= Party of the Dictatorship of the Proletariat =

Russian Maoist political party

The Party of the Dictatorship of the Proletariat (Партия диктатуры пролетариата) (PDP) is a communist political party in Russia, that practices a variant form of Maoist thought most similar to Marxism-Leninism-Maoism, though the Party itself refuses to comment on its beliefs beyond "Marxist", or "Communist". It is the successor to the Samara Stachkom, a Maoist Russian dissident movement from the time of the Era of Stagnation during the Soviet Union.

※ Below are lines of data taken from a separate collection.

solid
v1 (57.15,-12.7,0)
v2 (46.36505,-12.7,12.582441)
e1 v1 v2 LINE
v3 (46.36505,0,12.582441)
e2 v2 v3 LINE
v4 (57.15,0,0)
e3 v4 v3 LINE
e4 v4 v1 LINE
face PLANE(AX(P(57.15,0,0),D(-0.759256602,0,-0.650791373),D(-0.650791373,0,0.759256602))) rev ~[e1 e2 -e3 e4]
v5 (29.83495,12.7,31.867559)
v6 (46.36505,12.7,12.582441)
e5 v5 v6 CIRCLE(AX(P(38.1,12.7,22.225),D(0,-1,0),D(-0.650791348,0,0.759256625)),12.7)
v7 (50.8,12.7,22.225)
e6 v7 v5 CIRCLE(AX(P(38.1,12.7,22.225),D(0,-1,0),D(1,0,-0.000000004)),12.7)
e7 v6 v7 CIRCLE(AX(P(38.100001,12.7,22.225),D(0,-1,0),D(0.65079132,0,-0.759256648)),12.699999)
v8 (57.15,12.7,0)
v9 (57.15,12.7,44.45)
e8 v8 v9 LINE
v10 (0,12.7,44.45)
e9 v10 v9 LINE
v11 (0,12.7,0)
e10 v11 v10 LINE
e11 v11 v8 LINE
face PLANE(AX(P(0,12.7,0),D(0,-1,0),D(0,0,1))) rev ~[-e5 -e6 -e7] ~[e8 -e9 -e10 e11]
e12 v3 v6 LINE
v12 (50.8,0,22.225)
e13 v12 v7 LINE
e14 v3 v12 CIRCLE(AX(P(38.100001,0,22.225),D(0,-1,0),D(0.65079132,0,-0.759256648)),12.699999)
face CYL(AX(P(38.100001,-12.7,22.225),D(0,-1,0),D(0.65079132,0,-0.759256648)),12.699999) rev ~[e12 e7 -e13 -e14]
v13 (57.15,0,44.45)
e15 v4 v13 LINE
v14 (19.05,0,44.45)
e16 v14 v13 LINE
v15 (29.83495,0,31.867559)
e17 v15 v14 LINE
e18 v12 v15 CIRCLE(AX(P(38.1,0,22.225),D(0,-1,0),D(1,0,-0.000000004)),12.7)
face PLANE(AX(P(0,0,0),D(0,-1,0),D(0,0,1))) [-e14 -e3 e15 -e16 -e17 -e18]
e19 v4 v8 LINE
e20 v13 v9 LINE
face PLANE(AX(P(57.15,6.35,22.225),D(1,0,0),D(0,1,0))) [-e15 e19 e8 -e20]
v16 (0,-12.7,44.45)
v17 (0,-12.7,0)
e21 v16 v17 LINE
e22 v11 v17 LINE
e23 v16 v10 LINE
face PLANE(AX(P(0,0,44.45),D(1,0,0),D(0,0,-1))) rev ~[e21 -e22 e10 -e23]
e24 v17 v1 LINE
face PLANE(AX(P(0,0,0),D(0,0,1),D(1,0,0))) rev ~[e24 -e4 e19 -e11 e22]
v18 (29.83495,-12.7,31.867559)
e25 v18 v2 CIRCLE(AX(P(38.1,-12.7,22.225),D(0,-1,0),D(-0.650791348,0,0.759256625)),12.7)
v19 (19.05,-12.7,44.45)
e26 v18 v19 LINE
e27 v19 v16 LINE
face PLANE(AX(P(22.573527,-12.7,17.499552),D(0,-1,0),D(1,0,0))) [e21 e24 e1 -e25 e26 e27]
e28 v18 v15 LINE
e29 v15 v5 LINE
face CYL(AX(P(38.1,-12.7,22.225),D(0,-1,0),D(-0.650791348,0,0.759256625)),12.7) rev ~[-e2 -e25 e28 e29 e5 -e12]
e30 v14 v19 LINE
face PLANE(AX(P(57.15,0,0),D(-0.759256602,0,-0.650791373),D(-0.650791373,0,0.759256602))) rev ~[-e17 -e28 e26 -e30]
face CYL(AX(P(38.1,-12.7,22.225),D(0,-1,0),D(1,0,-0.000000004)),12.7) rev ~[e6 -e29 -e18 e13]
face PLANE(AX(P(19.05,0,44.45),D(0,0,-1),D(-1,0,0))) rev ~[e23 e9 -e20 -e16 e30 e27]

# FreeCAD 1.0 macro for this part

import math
import FreeCAD as App
import Part
import Sketcher
Q = App.Units.Quantity


def add_polygon(sketch, points):
    """Adds a closed chain of lines whose ends are joined by coincident constraints."""
    first, n = sketch.GeometryCount, len(points)
    for a, b in zip(points, points[1:] + points[:1]):
        sketch.addGeometry(Part.LineSegment(App.Vector(*a, 0), App.Vector(*b, 0)), False)
    for i in range(n):
        sketch.addConstraint(Sketcher.Constraint("Coincident", first + i, 2, first + (i + 1) % n, 1))

doc = App.newDocument("Part")
body = doc.addObject("PartDesign::Body", "Body")

# Sketch on YZ plane
sketch1 = doc.addObject("Sketcher::SketchObject", "Sketch")
body.addObject(sketch1)
sketch1.AttachmentSupport = (doc.YZ_Plane, [""])
sketch1.MapMode = "FlatFace"
add_polygon(sketch1, [(0, 44), (0, 0), (13, 0), (13, 44)])  # lines 0-3
sketch1.addConstraint(Sketcher.Constraint("Vertical", 0))
sketch1.addConstraint(Sketcher.Constraint("Horizontal", 1))
sketch1.addConstraint(Sketcher.Constraint("Vertical", 2))
sketch1.addConstraint(Sketcher.Constraint("Horizontal", 3))
sketch1.addConstraint(Sketcher.Constraint("Coincident", 0, 2, -1, 1))
sketch1.addConstraint(Sketcher.Constraint("DistanceX", 1, 1, 1, 2, Q("0.5 in")))
sketch1.addConstraint(Sketcher.Constraint("DistanceY", 0, 2, 0, 1, Q("1.75 in")))
pad1 = doc.addObject("PartDesign::Pad", "Pad")
body.addObject(pad1)
pad1.Profile = sketch1
pad1.Length = Q("2.25 in")

# Sketch on XZ plane
sketch2 = doc.addObject("Sketcher::SketchObject", "Sketch001")
body.addObject(sketch2)
sketch2.AttachmentSupport = (doc.XZ_Plane, [""])
sketch2.MapMode = "FlatFace"
add_polygon(sketch2, [(0, 44), (0, 0), (57, 0), (19, 44)])  # lines 0-3
sketch2.addConstraint(Sketcher.Constraint("Vertical", 0))
sketch2.addConstraint(Sketcher.Constraint("Horizontal", 1))
sketch2.addConstraint(Sketcher.Constraint("Horizontal", 3))
sketch2.addConstraint(Sketcher.Constraint("Coincident", 0, 2, -1, 1))
sketch2.addConstraint(Sketcher.Constraint("DistanceX", 1, 1, 1, 2, Q("2.25 in")))
sketch2.addConstraint(Sketcher.Constraint("DistanceX", 3, 2, 3, 1, Q("0.75 in")))
sketch2.addConstraint(Sketcher.Constraint("DistanceY", 0, 2, 0, 1, Q("1.75 in")))
pad2 = doc.addObject("PartDesign::Pad", "Pad001")
body.addObject(pad2)
pad2.Profile = sketch2
pad2.Length = Q("0.5 in")

# Sketch on XZ plane
sketch3 = doc.addObject("Sketcher::SketchObject", "Sketch002")
body.addObject(sketch3)
sketch3.AttachmentSupport = (doc.XZ_Plane, [""])
sketch3.MapMode = "FlatFace"
sketch3.AttachmentOffset = App.Placement(App.Vector(0, 0, 0.5 * 25.4), App.Rotation())
sketch3.addGeometry(Part.ArcOfCircle(Part.Circle(App.Vector(38, 22, 0), App.Vector(0, 0, 1), 13), math.radians(131), math.radians(311)), False)
sketch3.addGeometry(Part.ArcOfCircle(Part.Circle(App.Vector(38, 22, 0), App.Vector(0, 0, 1), 13), math.radians(-49), math.radians(0)), False)
sketch3.addGeometry(Part.ArcOfCircle(Part.Circle(App.Vector(38, 22, 0), App.Vector(0, 0, 1), 13), math.radians(0), math.radians(131)), False)
sketch3.addConstraint(Sketcher.Constraint("Tangent", 0, 2, 1, 1))
sketch3.addConstraint(Sketcher.Constraint("Tangent", 1, 2, 2, 1))
sketch3.addConstraint(Sketcher.Constraint("Tangent", 2, 2, 0, 1))
sketch3.addConstraint(Sketcher.Constraint("Horizontal", 2, 3, 1, 2))
sketch3.addConstraint(Sketcher.Constraint("Radius", 0, Q("0.5 in")))
sketch3.addConstraint(Sketcher.Constraint("DistanceX", -1, 1, 1, 2, Q("2 in")))
sketch3.addConstraint(Sketcher.Constraint("DistanceY", -1, 1, 0, 3, Q("0.875 in")))
sketch3.addConstraint(Sketcher.Constraint("DistanceX", 2, 2, 0, 2, Q("16.5301 mm")))
sketch3.addConstraint(Sketcher.Constraint("DistanceX", -1, 1, 0, 2, Q("46.36505 mm")))
pocket1 = doc.addObject("PartDesign::Pocket", "Pocket")
body.addObject(pocket1)
pocket1.Profile = sketch3
pocket1.Length = Q("1 in")

doc.recompute()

The PDP was founded in 1989, by Alexei Razlatsky and Grigory Isayev, communist dissidents in the Samara region of Russia. Following several early splits in the party, and the death of Razlatsky in 1989, the party solidified under Isayev's leadership. Since that point, the Party has mainly directed criticism towards the United Russia party of President Vladimir Putin. As Isayev himself said he "Sees almost no difference between the then rotten CPSU and the current rotten 'United Russia'", referencing the latter's former struggles against the Communist Party of the Soviet Union and Leonid Brezhnev in the 1970-80s.

The party is currently based in the city of Samara and was led by Grigory Isayev, until his death in 2020. The Party has never contested elections, as its support is small and highly localized to machine workers in the Samara region, many of whom have been long-time members. Following the death of Isayev, the party's standing remains unclear in Russia, and it may have ceased to exist or returned to a purely underground state.

The PDP publishes the newspaper Zabastovka (English: "strike action").